[Stored items]
-- Opening Marker --
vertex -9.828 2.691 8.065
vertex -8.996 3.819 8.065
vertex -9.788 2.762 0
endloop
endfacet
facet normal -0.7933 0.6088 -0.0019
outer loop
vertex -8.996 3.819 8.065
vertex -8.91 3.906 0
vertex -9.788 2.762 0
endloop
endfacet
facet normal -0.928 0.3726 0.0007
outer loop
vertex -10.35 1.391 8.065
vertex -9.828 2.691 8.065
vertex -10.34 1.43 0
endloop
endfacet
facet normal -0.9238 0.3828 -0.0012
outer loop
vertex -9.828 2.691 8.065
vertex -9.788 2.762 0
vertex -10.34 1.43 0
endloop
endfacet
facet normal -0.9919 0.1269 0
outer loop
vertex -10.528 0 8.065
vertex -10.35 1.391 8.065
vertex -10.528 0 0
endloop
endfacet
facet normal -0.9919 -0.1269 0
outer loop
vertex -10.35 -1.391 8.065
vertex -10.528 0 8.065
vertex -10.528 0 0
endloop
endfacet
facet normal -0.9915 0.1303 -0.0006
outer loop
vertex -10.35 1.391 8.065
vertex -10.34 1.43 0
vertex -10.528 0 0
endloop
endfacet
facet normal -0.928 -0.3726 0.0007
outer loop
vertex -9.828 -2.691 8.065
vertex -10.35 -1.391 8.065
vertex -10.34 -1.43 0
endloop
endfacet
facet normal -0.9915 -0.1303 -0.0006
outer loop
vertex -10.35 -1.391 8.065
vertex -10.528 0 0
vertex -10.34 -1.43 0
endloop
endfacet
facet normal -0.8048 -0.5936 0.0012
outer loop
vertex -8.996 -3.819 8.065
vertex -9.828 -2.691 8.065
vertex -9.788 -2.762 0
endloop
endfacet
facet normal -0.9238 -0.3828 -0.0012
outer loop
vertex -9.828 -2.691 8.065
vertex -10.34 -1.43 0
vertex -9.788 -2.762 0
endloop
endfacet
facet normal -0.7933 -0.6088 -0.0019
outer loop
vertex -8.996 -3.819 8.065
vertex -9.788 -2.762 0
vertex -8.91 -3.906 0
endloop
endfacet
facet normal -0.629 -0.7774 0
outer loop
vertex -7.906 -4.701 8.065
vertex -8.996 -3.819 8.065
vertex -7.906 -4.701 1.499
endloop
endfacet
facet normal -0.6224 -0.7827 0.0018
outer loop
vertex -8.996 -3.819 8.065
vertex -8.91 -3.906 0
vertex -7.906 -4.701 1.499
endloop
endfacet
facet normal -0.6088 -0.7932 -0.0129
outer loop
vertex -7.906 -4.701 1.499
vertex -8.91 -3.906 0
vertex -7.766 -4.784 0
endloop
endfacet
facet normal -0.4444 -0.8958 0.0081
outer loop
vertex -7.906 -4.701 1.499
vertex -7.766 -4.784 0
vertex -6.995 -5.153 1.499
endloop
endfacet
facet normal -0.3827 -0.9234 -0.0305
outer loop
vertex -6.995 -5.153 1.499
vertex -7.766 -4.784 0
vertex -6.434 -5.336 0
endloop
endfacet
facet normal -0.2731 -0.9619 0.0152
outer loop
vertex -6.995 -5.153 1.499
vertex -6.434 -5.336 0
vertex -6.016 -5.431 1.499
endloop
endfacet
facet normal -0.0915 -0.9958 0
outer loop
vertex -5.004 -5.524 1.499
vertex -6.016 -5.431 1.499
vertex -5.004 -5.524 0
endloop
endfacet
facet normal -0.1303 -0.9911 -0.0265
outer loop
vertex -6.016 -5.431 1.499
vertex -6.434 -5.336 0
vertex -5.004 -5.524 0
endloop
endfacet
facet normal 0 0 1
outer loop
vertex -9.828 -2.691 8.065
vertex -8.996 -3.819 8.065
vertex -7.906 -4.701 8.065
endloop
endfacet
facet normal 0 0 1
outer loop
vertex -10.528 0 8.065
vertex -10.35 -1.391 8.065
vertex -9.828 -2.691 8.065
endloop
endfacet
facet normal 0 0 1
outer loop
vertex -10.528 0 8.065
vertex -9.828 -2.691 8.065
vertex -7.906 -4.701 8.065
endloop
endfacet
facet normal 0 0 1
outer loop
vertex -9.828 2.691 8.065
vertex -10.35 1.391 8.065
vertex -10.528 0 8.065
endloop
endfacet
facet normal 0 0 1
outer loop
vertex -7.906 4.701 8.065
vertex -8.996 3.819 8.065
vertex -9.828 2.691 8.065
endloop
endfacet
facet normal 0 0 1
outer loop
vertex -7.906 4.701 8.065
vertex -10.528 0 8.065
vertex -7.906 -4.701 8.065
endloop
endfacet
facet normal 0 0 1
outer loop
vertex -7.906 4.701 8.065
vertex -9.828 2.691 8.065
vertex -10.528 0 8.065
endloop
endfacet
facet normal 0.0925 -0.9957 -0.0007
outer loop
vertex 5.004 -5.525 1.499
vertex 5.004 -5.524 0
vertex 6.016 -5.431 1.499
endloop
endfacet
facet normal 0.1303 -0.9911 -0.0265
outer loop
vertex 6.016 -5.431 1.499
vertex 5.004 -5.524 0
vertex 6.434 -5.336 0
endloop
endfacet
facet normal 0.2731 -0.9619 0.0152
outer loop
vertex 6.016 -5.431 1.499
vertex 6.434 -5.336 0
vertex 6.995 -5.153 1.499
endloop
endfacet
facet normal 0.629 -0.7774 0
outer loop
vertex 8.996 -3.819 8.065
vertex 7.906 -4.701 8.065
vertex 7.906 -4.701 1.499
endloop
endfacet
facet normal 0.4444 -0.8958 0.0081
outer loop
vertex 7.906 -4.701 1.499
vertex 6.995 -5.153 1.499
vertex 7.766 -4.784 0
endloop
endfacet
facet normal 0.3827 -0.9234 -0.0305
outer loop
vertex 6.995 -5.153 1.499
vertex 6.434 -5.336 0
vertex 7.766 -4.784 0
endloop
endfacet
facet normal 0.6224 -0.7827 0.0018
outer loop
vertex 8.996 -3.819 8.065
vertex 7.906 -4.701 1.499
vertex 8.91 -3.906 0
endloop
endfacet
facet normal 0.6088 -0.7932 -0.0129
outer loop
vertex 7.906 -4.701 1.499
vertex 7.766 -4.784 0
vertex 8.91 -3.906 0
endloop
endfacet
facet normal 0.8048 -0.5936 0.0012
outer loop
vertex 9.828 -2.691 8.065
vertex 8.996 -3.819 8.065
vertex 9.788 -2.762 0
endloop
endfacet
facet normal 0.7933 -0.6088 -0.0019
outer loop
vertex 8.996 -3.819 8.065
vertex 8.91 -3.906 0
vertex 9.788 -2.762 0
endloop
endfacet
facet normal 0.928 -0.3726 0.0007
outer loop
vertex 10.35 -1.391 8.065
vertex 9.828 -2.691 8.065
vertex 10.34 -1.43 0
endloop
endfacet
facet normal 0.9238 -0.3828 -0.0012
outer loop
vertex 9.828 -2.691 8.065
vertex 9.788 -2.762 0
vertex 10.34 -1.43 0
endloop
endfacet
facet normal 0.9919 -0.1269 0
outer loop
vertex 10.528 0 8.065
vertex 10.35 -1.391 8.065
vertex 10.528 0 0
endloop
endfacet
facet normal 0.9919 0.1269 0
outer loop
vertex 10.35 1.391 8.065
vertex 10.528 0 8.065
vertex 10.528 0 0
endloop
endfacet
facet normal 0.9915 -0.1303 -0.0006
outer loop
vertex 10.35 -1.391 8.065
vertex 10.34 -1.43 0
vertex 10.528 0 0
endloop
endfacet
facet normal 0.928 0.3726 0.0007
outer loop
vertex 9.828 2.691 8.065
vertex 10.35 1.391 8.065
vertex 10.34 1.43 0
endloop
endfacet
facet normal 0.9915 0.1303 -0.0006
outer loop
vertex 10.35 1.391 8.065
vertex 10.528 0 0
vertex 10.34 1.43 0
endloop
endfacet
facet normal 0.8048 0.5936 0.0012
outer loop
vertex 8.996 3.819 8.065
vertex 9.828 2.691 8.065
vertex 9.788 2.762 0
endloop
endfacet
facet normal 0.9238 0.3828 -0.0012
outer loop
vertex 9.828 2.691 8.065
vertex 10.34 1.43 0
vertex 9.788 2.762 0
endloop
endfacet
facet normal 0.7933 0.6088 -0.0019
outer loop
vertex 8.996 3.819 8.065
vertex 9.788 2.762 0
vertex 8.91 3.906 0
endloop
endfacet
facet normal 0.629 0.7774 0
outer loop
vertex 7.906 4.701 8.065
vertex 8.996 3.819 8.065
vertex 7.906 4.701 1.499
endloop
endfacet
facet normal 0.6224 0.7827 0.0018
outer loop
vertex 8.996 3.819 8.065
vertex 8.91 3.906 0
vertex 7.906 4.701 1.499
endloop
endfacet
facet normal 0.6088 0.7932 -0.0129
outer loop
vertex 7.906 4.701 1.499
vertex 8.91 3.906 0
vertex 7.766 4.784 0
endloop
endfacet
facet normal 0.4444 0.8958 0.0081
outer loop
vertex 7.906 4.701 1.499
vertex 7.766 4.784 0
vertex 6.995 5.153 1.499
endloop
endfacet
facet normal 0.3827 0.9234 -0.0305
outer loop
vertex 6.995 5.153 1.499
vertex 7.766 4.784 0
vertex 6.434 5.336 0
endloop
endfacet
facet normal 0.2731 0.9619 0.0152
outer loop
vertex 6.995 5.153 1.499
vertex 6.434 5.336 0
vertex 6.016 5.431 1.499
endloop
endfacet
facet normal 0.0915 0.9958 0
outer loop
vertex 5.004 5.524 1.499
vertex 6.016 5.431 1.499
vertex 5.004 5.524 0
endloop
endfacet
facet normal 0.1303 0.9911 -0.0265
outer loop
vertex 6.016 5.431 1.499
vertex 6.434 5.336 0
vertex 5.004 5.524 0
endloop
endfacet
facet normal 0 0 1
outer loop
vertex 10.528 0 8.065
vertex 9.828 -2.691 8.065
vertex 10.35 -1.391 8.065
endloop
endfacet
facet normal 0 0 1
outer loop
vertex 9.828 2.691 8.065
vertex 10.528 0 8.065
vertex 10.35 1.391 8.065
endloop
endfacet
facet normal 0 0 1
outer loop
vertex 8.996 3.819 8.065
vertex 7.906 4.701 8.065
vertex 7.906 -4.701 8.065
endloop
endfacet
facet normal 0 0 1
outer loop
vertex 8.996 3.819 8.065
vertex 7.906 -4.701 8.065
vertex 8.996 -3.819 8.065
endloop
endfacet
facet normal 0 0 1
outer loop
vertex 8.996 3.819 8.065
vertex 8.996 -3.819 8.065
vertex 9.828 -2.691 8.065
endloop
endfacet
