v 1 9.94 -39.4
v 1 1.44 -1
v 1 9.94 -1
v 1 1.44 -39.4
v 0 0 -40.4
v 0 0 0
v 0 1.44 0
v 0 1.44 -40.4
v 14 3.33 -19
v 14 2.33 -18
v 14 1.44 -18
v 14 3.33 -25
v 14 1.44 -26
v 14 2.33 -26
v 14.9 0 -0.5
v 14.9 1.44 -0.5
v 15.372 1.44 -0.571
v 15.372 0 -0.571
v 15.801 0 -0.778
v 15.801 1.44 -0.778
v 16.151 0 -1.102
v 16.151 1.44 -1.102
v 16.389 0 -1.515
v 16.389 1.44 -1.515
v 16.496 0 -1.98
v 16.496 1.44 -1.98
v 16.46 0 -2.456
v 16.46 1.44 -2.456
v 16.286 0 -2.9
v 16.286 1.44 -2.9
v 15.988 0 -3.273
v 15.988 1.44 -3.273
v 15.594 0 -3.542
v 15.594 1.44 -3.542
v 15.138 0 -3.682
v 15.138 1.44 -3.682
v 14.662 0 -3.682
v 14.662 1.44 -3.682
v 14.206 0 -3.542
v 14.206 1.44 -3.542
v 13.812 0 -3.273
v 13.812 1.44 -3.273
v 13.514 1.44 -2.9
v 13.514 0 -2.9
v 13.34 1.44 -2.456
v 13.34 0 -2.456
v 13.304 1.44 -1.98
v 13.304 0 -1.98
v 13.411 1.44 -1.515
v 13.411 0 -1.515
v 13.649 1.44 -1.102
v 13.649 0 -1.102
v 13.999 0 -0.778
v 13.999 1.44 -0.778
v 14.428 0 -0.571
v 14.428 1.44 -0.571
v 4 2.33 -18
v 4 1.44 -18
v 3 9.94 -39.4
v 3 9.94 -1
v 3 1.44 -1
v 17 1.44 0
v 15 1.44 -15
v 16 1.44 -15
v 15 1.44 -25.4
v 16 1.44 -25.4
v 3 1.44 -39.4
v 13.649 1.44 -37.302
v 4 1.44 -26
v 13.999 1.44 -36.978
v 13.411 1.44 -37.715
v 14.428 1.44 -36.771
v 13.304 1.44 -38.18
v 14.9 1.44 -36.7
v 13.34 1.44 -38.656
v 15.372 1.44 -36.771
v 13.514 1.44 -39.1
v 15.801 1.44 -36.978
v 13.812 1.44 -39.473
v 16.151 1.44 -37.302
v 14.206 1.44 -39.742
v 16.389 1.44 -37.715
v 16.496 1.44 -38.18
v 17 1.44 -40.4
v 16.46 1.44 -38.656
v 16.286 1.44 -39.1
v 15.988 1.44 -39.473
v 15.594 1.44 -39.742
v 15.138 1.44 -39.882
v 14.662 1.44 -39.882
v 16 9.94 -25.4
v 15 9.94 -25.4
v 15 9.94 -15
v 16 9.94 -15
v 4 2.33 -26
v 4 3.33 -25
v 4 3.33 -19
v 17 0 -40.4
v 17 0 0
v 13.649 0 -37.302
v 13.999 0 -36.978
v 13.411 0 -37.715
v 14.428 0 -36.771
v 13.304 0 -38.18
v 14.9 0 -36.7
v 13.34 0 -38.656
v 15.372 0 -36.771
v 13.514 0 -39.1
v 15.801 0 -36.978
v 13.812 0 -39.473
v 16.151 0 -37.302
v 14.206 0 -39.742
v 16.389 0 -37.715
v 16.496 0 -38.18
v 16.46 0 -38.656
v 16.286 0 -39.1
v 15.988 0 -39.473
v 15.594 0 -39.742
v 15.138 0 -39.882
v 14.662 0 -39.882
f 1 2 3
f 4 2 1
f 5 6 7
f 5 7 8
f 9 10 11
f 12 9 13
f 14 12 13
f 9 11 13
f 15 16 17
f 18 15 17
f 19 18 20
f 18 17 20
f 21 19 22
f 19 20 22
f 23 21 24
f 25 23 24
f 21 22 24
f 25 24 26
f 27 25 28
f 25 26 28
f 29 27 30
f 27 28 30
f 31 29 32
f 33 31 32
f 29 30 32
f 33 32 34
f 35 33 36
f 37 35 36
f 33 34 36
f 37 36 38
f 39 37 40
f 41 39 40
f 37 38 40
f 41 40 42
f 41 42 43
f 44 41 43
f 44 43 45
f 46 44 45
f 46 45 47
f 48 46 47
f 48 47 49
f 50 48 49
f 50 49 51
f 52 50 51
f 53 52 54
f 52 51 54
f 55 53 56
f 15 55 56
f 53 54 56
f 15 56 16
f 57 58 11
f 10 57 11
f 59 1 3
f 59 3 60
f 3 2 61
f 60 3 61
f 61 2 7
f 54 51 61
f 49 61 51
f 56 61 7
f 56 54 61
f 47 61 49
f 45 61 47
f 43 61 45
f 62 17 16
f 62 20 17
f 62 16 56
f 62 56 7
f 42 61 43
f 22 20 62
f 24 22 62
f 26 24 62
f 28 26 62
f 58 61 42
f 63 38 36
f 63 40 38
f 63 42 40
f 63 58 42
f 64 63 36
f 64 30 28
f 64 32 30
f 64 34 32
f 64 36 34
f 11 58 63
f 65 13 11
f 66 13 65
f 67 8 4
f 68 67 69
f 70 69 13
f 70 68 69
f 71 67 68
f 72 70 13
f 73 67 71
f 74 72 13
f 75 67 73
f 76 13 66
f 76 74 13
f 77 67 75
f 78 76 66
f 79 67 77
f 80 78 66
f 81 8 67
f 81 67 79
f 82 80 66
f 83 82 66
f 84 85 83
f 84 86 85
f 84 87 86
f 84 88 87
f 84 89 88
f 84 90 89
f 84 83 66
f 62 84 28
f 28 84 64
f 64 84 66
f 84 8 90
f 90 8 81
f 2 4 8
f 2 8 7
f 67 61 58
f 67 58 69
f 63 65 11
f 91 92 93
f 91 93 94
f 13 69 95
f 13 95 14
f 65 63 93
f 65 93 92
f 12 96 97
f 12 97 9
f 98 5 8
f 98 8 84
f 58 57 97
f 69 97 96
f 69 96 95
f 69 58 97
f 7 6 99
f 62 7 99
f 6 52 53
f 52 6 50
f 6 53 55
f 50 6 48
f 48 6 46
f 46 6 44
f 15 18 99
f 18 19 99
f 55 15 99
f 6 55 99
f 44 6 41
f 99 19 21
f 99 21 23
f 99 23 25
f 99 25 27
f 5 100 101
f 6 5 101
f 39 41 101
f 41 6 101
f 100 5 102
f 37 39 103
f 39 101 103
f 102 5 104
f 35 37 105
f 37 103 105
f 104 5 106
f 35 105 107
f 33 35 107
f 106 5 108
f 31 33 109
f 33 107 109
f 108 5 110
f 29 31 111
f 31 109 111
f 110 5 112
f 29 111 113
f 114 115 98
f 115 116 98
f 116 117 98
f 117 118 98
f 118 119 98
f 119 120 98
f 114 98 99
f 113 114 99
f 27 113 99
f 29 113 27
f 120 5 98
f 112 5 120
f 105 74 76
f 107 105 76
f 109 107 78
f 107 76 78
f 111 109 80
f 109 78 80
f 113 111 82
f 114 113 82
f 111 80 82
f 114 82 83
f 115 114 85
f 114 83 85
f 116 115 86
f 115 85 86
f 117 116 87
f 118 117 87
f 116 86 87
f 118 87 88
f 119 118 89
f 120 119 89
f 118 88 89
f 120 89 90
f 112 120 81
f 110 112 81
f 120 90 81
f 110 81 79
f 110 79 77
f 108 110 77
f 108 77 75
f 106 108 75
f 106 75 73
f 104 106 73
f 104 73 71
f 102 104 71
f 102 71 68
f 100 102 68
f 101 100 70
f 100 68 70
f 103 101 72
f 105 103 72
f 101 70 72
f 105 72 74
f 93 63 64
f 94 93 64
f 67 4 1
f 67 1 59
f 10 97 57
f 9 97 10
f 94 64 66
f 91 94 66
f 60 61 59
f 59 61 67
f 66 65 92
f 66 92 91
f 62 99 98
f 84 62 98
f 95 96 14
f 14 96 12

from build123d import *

# Parameters (mm, degrees)
SKETCH1_W           = 17
SKETCH1_H           = 40.4
BOSS_EXTRUDE1_DEPTH = 1.44
SKETCH2_R           = 1.6
CUT_EXTRUDE1_DEPTH  = 1.44
SKETCH3_W           = 10
SKETCH3_H           = 8
BOSS_EXTRUDE2_DEPTH = 1.89
CHAMFER1_SIZE       = 1
SKETCH4_W           = 2
SKETCH4_H           = 38.4
SKETCH4_W_2         = 1
SKETCH4_H_2         = 10.4
BOSS_EXTRUDE3_DEPTH = 8.5


with BuildPart() as part:
    # Sketch1 → Boss-Extrude1 (new body)
    with BuildSketch(Plane(origin=(0, 0, 0), x_dir=(1, 0, 0), z_dir=(0, 1, 0))):
        with Locations((8.5, 20.2)):
            Rectangle(SKETCH1_W, SKETCH1_H)
    extrude(amount=BOSS_EXTRUDE1_DEPTH)

    # Sketch2 → Cut-Extrude1 (cut)
    with BuildSketch(Plane(origin=(0, 1.44, 0), x_dir=(1, 0, 0), z_dir=(0, 1, 0))):
        with Locations(Location((14.9, 38.3, 0), (0, 0, 270))):
            Circle(SKETCH2_R)
        with Locations(Location((14.9, 2.1, 0), (0, 0, 270))):
            Circle(SKETCH2_R)
    extrude(amount=-CUT_EXTRUDE1_DEPTH, mode=Mode.SUBTRACT)

    # Sketch3 → Boss-Extrude2 (add)
    with BuildSketch(Plane(origin=(0, 1.44, 0), x_dir=(1, 0, 0), z_dir=(0, 1, 0))):
        with Locations((9, 22)):
            Rectangle(SKETCH3_W, SKETCH3_H)
    extrude(amount=BOSS_EXTRUDE2_DEPTH)

    # Chamfer1
    chamfer1_edges = [part.edges().sort_by_distance(p)[0] for p in [
        (9, 3.33, -18),
        (9, 3.33, -26),
    ]]
    chamfer(chamfer1_edges, length=CHAMFER1_SIZE)

    # Sketch4 → Boss-Extrude3 (add)
    with BuildSketch(Plane(origin=(0, 1.44, 0), x_dir=(1, 0, 0), z_dir=(0, 1, 0))):
        with Locations((2, 20.2)):
            Rectangle(SKETCH4_W, SKETCH4_H)
        with Locations((15.5, 20.2)):
            Rectangle(SKETCH4_W_2, SKETCH4_H_2)
    extrude(amount=BOSS_EXTRUDE3_DEPTH)


solid = part.part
-- Closing Marker --
» **WORK TO COMPLETE**
Output only an exact transcription of the lines above from the one with "v 16.46 0 -2.456" up to and including the one with "v 13.649 1.44 -1.102".

» **RESPONSE TO THE TASK**
v 16.46 0 -2.456
v 16.46 1.44 -2.456
v 16.286 0 -2.9
v 16.286 1.44 -2.9
v 15.988 0 -3.273
v 15.988 1.44 -3.273
v 15.594 0 -3.542
v 15.594 1.44 -3.542
v 15.138 0 -3.682
v 15.138 1.44 -3.682
v 14.662 0 -3.682
v 14.662 1.44 -3.682
v 14.206 0 -3.542
v 14.206 1.44 -3.542
v 13.812 0 -3.273
v 13.812 1.44 -3.273
v 13.514 1.44 -2.9
v 13.514 0 -2.9
v 13.34 1.44 -2.456
v 13.34 0 -2.456
v 13.304 1.44 -1.98
v 13.304 0 -1.98
v 13.411 1.44 -1.515
v 13.411 0 -1.515
v 13.649 1.44 -1.102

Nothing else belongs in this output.